# My new Atlas Milling Machine



## VSAncona (Jan 5, 2014)

I ended up buying the milling machine that I asked about in another thread. It's a model MFC. It wasn't quite as clean and shiny as it looked to be in the photos, but I'm still happy with the purchase. I picked it up yesterday and just unloaded it from my minivan with the help of my son. I'm probably going to have to take the motor and guard assembly off before I try hauling it down into my basement. Then I have to build a stand for it and wire up a switch to the motor. I've never used a mill before, so I'm anxious to get this up and running to try it out.

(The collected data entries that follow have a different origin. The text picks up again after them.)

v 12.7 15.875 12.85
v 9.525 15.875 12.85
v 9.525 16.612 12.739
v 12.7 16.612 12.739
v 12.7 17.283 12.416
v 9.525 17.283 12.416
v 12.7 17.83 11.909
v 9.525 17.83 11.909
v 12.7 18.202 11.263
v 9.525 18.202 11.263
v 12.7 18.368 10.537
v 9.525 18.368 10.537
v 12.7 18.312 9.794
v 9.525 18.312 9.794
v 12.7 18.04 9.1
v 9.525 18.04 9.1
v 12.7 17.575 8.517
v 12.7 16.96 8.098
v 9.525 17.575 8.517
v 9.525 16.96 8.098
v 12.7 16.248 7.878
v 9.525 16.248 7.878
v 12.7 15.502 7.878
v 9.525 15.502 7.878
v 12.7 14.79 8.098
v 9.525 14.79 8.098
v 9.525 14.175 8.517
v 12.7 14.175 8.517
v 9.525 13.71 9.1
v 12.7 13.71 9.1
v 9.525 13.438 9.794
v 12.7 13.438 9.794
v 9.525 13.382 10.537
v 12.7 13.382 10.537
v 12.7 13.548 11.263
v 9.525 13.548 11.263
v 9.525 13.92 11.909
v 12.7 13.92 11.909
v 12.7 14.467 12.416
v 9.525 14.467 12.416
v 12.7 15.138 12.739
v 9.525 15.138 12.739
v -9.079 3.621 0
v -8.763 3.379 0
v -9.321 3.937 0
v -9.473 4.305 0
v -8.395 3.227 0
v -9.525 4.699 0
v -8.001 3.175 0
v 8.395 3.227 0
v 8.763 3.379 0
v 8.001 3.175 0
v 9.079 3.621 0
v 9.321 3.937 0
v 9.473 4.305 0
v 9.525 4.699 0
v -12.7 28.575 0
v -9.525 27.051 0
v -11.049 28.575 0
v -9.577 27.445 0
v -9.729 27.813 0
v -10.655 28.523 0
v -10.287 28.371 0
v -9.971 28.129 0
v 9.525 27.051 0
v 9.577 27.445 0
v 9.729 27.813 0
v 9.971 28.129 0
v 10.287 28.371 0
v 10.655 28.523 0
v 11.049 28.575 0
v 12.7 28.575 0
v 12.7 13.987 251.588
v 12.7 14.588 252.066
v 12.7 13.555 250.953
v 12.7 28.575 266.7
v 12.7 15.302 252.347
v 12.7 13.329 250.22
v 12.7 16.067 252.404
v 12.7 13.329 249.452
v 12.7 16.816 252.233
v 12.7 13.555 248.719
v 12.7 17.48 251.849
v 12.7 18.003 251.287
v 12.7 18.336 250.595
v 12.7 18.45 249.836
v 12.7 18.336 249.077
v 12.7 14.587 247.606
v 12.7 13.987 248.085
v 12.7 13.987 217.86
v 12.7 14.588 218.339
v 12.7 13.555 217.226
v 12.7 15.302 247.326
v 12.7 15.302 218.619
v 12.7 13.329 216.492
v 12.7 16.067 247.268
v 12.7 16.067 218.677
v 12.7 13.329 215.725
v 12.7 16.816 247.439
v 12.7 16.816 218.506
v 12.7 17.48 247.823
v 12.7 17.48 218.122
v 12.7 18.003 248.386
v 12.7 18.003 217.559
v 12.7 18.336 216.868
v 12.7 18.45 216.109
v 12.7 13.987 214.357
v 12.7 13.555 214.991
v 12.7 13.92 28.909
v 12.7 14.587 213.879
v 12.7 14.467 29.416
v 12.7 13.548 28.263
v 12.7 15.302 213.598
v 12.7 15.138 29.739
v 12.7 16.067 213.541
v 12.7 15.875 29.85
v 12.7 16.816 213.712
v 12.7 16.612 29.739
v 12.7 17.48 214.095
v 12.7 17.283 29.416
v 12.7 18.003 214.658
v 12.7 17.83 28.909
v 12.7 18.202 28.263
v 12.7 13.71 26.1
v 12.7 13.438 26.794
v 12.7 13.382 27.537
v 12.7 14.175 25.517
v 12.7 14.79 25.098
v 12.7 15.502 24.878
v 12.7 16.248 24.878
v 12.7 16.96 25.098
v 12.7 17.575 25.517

Here it is sitting in my garage:


----------



## Terrywerm (Jan 5, 2014)

Very nice!  Thanks for posting the pics, that machine certainly does appear to be in good shape. A little cleaning here and there and it will look like new!  It does appear that one of the first things you will need to do is spend a little more money and get a good vise and some cutters to fit that arbor.


----------



## VSAncona (Jan 5, 2014)

Thanks! It actually came with a vise -- I just took it off to make the machine a little lighter to unload. I will have to pick up some cutters though. It only came with one and that one doesn't look very sharp. I'll probably wait and just buy the cutters as I need them.


----------



## Terrywerm (Jan 5, 2014)

eBay can be a good source for horizontal milling cutters and slitting saws, but be careful what you buy. I have had good luck finding some deals there on new-old-stock or on lightly used cutters.


----------



## papermaker (Jan 9, 2014)

Nice mill! I have one also and it's not in nearly as good shape. I use Purple Power to get old oil and grease off. Spray on and wipe off.


----------



## VSAncona (Apr 3, 2014)

I'm adding a few photos of the accessory items that came with my mill.

Vise and crank handle:





Coolant tank, overarm support, and 1"-dia. arbor (7/8"-dia. arbor is installed on machine):





Indexing centers:


----------



## cjtoombs (Apr 3, 2014)

Wow, what a find!  Those index centers and that decorative cover over the overarm support are both difficult to find items.  I'd take both of those off your hands, if you can't find a use for them .  From the pictures the machine looks in good shape, the handles tend to corrode up if these are not well cared for (as mine will attest to).  Enjoy.


----------



## itsme_Bernie (Apr 3, 2014)

Jeez, how much prettier would you want it to be??  And INDEXING CENTERS?  Do you know what they go for?   Man, you done good! 



Bernie


----------



## VSAncona (Apr 4, 2014)

itsme_Bernie said:


> Jeez, how much prettier would you want it to be??  And INDEXING CENTERS?  Do you know what they go for?   Man, you done good!
> 
> 
> 
> Bernie



I was going to just wipe it down and put it back into service. But I had to remove the motor and guard assemblies in order to be able to carry it down my basement stairs. Once I started taking it apart, I figured I might as well go all the way and tear it down completely. I'm not stripping and repainting, just cleaning off the layer of brown oil that covers everything.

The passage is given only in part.